→ **WORK TO BE COMPLETED**
From the entries that follow, copy exactly the lines beginning at the line holding "f 130 63 129" and continuing through the line holding "f 69 47 189".

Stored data
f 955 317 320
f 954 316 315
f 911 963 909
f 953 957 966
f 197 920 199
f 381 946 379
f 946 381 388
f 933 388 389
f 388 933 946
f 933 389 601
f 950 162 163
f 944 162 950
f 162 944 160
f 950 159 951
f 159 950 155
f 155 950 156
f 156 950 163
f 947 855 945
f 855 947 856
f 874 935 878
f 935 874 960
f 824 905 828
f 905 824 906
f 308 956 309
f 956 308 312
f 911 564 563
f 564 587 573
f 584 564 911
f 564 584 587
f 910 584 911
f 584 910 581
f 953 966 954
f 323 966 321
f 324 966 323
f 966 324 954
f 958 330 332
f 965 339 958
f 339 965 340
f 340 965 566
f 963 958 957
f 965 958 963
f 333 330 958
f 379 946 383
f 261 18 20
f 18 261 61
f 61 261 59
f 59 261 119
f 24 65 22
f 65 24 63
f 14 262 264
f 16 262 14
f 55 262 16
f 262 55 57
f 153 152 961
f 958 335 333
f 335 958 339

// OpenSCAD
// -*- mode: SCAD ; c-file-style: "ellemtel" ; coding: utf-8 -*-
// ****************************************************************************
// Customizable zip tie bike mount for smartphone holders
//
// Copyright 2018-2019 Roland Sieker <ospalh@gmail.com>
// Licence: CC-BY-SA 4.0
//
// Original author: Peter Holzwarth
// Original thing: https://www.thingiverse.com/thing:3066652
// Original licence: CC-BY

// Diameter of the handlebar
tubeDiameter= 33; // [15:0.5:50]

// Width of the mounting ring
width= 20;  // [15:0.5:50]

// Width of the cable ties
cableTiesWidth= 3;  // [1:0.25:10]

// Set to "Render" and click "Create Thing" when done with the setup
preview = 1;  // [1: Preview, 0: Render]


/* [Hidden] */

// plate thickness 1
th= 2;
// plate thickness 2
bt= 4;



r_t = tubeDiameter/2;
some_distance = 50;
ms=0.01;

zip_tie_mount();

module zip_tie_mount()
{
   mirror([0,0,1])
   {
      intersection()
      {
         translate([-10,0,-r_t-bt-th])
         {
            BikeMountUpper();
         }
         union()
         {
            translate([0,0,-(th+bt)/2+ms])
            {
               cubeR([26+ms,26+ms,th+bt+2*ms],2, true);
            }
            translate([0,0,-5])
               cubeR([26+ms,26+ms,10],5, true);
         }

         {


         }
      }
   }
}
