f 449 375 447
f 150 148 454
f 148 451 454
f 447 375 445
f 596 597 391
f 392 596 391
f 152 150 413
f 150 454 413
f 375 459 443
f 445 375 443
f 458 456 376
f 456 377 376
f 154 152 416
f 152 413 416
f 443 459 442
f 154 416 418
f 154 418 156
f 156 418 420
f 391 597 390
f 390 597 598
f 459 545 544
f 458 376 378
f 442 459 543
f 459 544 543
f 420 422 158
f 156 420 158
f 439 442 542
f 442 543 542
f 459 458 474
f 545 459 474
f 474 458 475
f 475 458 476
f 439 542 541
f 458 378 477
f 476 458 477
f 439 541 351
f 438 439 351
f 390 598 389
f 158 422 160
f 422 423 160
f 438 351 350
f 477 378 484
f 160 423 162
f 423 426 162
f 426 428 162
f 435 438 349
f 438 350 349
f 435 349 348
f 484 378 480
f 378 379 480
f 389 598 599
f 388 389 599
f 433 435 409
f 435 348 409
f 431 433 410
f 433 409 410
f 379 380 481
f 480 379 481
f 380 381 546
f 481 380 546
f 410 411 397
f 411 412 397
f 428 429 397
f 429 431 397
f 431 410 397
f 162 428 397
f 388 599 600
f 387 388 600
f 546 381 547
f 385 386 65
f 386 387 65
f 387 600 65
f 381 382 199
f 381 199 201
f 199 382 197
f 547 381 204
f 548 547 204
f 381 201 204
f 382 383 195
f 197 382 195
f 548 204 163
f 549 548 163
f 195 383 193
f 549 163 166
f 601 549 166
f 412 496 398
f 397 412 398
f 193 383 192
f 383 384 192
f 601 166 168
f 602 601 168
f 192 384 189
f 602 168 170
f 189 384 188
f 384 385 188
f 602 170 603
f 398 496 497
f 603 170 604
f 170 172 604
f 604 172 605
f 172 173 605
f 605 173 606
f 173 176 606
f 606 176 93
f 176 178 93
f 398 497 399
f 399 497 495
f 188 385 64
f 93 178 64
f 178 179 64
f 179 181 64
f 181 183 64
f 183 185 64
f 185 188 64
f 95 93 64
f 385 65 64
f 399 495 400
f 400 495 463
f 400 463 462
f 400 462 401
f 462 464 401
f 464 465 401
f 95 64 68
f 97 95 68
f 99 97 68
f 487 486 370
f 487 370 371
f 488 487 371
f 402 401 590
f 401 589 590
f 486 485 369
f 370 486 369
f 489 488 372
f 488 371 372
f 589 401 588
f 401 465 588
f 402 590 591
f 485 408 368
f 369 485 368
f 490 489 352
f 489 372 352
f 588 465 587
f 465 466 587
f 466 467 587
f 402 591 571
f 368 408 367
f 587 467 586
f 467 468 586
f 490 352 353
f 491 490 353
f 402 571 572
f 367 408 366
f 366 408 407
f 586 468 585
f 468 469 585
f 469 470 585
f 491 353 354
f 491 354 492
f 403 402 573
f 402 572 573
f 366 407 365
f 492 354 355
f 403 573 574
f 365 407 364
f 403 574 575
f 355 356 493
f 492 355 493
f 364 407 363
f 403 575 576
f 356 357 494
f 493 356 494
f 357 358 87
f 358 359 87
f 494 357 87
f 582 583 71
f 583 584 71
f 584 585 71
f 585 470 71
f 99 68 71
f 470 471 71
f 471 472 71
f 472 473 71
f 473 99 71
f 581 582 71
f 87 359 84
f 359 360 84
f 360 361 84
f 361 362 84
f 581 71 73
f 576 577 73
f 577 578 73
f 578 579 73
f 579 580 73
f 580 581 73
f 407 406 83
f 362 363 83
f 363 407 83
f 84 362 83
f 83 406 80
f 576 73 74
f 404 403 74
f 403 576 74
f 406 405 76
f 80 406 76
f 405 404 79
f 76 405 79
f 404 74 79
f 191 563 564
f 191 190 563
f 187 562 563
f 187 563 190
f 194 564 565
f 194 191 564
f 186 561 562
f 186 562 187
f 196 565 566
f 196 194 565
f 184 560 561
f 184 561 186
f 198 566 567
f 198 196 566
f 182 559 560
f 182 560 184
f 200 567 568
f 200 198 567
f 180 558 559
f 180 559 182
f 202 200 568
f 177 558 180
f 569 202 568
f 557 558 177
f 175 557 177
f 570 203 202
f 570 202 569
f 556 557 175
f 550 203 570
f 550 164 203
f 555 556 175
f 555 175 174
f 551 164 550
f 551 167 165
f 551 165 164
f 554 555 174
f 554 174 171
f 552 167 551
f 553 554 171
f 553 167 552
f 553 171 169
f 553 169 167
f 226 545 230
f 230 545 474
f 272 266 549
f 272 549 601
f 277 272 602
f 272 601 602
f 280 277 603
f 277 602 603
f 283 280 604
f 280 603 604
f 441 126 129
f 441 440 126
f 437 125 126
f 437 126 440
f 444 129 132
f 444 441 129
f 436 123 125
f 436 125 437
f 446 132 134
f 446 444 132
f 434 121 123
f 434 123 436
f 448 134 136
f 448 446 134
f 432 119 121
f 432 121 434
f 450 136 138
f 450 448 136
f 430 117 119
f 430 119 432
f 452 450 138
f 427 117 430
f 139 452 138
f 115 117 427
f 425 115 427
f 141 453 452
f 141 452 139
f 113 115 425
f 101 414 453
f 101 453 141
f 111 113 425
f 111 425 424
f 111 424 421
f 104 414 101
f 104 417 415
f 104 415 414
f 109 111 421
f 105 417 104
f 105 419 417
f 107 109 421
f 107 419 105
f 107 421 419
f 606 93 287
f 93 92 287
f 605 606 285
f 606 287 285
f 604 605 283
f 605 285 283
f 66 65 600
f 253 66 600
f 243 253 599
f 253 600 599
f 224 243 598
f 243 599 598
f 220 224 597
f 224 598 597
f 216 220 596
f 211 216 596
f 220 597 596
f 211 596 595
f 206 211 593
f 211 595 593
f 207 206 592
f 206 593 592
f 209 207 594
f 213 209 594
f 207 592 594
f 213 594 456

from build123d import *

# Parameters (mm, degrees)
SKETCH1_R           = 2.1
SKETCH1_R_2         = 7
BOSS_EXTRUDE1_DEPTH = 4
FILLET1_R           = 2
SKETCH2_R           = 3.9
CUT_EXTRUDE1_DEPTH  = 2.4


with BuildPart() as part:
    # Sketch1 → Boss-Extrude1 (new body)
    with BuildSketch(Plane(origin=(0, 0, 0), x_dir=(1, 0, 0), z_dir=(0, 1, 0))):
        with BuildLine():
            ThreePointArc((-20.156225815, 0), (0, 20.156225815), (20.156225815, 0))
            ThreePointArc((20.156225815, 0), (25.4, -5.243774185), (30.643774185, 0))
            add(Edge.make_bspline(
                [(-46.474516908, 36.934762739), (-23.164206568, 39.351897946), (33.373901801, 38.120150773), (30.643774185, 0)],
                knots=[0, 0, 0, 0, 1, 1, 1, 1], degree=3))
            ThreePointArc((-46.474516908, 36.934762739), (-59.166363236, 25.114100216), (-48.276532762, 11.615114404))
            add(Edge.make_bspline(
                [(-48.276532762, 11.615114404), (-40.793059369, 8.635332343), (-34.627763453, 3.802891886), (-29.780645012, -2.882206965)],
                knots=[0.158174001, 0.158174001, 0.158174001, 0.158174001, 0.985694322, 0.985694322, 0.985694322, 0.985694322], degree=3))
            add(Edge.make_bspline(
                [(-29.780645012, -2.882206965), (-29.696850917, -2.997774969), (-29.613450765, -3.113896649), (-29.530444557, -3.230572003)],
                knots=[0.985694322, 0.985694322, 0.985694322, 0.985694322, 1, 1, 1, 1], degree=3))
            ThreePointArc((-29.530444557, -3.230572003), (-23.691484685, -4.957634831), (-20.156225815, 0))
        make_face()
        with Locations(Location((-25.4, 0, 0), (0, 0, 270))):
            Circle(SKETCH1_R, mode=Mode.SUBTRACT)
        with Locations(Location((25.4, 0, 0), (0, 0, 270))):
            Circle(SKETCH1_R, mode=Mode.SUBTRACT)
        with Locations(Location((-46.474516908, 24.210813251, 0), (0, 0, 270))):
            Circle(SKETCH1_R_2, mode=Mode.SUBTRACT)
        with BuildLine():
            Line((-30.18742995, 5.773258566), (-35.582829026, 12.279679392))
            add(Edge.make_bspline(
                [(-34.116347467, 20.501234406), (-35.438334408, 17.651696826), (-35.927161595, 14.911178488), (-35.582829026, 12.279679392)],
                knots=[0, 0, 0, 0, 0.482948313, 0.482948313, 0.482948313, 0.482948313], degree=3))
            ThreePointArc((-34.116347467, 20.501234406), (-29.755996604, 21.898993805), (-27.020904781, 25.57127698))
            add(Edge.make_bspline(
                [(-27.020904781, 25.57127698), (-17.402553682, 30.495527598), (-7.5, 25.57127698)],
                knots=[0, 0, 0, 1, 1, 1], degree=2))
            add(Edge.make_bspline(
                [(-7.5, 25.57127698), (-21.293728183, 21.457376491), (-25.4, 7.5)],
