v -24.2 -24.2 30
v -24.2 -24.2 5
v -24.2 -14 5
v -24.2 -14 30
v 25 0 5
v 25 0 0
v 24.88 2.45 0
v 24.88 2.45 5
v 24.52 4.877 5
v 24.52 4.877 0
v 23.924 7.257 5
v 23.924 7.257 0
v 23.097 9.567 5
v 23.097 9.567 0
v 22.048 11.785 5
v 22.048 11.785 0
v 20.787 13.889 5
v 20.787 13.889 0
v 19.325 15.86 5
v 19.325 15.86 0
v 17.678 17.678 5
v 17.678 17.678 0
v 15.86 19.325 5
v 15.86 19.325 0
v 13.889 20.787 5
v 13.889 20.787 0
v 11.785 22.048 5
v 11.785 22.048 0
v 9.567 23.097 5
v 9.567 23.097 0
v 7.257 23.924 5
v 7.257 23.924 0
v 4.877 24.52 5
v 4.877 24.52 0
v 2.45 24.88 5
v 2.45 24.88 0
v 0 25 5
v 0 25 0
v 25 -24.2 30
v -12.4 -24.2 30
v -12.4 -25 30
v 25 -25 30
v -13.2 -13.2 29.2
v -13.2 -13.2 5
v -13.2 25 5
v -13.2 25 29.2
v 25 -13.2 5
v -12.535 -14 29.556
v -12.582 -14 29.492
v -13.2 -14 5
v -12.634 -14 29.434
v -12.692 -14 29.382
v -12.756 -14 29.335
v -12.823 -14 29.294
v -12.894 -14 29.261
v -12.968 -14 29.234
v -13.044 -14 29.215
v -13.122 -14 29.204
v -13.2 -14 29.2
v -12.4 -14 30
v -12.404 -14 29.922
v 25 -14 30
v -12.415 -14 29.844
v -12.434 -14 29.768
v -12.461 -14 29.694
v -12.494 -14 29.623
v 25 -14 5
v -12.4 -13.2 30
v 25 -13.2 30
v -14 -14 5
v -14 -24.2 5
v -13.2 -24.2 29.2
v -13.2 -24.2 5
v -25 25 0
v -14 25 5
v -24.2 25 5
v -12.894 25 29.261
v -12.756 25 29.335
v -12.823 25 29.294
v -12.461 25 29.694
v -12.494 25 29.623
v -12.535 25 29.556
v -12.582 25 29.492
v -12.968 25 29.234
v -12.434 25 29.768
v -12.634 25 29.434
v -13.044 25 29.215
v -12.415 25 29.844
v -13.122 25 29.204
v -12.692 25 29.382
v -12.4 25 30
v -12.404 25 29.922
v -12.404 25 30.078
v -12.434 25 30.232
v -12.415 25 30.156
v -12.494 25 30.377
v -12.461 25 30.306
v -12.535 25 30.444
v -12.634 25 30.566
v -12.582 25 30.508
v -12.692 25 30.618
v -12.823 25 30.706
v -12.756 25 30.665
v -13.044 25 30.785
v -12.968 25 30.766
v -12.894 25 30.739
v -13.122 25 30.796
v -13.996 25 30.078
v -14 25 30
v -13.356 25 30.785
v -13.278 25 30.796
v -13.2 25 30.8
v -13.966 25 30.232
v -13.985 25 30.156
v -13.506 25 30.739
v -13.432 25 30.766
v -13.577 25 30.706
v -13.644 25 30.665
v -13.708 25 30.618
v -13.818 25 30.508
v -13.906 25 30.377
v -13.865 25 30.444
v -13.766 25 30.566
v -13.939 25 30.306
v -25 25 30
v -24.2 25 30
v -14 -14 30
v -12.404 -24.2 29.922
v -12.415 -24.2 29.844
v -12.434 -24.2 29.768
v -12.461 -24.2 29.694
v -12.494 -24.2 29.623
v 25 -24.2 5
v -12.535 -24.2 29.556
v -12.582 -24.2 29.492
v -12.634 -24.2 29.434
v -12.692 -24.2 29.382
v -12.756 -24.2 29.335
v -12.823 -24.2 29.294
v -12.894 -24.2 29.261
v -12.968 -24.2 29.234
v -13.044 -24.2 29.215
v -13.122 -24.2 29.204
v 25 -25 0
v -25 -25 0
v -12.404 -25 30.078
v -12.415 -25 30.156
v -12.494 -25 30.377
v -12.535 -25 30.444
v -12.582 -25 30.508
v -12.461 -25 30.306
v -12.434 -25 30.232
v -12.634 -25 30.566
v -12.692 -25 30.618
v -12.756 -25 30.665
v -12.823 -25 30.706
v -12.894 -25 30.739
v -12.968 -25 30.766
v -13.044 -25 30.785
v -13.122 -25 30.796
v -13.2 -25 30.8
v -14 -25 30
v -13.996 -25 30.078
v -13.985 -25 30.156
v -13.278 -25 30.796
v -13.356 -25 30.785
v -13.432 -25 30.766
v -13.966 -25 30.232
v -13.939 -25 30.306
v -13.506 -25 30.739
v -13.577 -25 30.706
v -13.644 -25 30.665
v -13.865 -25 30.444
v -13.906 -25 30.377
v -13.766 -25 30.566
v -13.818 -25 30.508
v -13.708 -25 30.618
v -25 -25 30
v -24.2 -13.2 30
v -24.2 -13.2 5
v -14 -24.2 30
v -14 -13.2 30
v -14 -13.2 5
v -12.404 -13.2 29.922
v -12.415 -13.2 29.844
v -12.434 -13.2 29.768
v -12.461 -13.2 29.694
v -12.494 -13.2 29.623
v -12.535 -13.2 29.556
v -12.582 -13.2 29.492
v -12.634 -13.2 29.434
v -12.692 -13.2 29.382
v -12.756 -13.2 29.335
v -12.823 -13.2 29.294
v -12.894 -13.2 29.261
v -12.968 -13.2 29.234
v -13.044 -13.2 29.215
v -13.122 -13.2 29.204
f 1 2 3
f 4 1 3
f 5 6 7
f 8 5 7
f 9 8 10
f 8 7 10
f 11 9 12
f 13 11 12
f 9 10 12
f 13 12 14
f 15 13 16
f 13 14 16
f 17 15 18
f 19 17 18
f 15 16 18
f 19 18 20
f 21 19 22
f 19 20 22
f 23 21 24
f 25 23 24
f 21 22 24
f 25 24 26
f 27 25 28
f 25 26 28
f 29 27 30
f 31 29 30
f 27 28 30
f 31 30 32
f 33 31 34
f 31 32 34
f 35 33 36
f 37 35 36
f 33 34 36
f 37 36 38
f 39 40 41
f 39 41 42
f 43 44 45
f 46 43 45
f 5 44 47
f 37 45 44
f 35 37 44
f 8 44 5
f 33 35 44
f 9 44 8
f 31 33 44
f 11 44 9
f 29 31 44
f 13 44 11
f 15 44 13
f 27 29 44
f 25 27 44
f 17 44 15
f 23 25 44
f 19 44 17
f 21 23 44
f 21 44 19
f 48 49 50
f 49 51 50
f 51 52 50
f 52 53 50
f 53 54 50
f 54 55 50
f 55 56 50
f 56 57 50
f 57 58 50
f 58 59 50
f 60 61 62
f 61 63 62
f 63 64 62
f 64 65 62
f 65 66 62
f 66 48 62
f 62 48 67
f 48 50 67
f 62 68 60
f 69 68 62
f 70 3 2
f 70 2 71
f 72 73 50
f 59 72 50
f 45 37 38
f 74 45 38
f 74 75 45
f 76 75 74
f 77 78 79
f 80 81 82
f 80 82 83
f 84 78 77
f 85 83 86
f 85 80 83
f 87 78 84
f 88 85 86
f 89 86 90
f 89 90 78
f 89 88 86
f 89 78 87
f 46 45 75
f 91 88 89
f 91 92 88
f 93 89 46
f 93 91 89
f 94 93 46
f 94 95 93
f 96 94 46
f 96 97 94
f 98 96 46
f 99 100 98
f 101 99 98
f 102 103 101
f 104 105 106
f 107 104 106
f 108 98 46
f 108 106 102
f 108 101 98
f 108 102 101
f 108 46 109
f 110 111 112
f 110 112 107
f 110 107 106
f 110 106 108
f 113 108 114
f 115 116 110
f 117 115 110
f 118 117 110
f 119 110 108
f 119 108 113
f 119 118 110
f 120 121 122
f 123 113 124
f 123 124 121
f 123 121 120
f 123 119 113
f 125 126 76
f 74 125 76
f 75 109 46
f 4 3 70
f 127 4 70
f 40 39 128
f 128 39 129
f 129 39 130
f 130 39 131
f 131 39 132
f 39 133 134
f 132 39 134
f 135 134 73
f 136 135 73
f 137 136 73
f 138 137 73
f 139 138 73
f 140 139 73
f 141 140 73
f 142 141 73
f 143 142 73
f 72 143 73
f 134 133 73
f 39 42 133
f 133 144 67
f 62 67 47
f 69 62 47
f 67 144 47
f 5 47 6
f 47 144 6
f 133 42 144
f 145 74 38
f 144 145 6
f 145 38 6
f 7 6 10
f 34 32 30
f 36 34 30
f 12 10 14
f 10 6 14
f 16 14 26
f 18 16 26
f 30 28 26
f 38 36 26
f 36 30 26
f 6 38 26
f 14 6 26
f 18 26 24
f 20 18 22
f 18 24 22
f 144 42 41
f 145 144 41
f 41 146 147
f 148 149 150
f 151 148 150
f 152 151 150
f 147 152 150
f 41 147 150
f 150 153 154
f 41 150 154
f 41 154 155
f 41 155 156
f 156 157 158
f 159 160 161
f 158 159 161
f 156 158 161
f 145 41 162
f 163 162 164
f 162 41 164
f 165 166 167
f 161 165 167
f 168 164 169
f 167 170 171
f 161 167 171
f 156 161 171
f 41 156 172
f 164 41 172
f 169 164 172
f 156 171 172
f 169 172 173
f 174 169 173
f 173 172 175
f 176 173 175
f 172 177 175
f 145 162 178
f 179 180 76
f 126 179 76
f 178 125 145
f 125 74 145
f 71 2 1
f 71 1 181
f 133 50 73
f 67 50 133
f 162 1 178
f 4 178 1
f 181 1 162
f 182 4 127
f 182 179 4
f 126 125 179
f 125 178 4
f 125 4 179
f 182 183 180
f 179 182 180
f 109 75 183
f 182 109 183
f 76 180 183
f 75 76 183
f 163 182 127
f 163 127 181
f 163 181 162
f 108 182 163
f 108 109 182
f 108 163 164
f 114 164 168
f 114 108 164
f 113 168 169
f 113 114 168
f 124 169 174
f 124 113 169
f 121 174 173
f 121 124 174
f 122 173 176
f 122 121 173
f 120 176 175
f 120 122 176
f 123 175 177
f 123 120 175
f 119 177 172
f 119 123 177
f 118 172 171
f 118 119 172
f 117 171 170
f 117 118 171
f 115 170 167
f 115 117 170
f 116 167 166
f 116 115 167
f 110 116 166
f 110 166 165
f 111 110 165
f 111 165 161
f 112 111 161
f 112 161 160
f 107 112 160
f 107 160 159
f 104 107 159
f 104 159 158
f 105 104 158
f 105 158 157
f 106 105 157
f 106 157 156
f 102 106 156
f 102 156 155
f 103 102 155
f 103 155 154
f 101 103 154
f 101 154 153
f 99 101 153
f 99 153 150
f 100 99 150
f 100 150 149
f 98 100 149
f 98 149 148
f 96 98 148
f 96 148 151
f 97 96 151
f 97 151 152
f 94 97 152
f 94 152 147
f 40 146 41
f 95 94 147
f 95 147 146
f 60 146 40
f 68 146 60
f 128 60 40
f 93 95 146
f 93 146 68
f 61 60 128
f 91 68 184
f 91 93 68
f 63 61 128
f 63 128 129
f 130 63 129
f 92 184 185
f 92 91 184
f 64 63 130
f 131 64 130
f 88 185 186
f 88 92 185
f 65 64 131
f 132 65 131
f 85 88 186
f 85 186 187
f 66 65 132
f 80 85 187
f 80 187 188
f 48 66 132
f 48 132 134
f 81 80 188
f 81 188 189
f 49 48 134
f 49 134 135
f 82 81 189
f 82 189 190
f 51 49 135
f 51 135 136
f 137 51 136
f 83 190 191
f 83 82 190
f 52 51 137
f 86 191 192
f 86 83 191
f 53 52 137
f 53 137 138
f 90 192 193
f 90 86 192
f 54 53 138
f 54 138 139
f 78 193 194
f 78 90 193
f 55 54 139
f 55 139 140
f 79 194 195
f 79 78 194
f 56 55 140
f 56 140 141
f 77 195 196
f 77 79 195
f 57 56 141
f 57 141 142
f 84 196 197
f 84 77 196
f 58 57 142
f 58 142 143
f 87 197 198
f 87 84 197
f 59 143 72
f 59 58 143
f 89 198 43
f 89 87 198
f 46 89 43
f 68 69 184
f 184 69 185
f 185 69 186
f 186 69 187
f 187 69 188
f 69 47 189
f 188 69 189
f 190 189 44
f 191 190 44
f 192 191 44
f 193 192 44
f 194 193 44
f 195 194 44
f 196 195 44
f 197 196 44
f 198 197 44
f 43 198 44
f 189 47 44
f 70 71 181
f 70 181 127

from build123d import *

# Parameters (mm, degrees)
F1_DEPTH = 5
F2_W     = 10.2
F2_H     = 10.2
F3_DEPTH = 25
F5_DEPTH = 50


with BuildPart() as f1:
    # F0 (on Top) → F1 (new body)
    with BuildSketch(Plane.XY):
        with BuildLine():
            Line((0, 25), (-25, 25))
            Line((-25, 25), (-25, -25))
            Line((-25, -25), (25, -25))
            Line((25, -25), (25, 0))
            ThreePointArc((25, 0), (17.67767, 17.67767), (0, 25))
        make_face()
    extrude(amount=F1_DEPTH)

    # F2 (on face) → F3 (join)
    with BuildSketch(Plane.XY.offset(5)):
        Polygon((-24.2, -13.2), (-24.2, 25), (-25, 25), (-25, -25), (25, -25), (25, -24.2), (-13.2, -24.2), (-13.2, -14), (25, -14), (25, -13.2), (-13.2, -13.2), (-13.2, 25), (-14, 25), (-14, -13.2), align=None)
        with Locations((-19.1, -19.1)):
            Rectangle(F2_W, F2_H, mode=Mode.SUBTRACT)
    extrude(amount=F3_DEPTH)

    # F4 (on face) → F5 (join)
    with BuildSketch(Plane(origin=(0, 25, 0), x_dir=(-1, 0, 0), z_dir=(0, 1, 0))):
        with BuildLine():
            Line((13.2, 30), (14, 30))
            ThreePointArc((14, 30), (12.634315, 30.565685), (13.2, 29.2))
            Line((13.2, 29.2), (13.2, 30))
        make_face()
    extrude(amount=-F5_DEPTH)


solid = f1.part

→ **ANSWER SPACE**
f 130 63 129
f 92 184 185
f 92 91 184
f 64 63 130
f 131 64 130
f 88 185 186
f 88 92 185
f 65 64 131
f 132 65 131
f 85 88 186
f 85 186 187
f 66 65 132
f 80 85 187
f 80 187 188
f 48 66 132
f 48 132 134
f 81 80 188
f 81 188 189
f 49 48 134
f 49 134 135
f 82 81 189
f 82 189 190
f 51 49 135
f 51 135 136
f 137 51 136
f 83 190 191
f 83 82 190
f 52 51 137
f 86 191 192
f 86 83 191
f 53 52 137
f 53 137 138
f 90 192 193
f 90 86 192
f 54 53 138
f 54 138 139
f 78 193 194
f 78 90 193
f 55 54 139
f 55 139 140
f 79 194 195
f 79 78 194
f 56 55 140
f 56 140 141
f 77 195 196
f 77 79 195
f 57 56 141
f 57 141 142
f 84 196 197
f 84 77 196
f 58 57 142
f 58 142 143
f 87 197 198
f 87 84 197
f 59 143 72
f 59 58 143
f 89 198 43
f 89 87 198
f 46 89 43
f 68 69 184
f 184 69 185
f 185 69 186
f 186 69 187
f 187 69 188
f 69 47 189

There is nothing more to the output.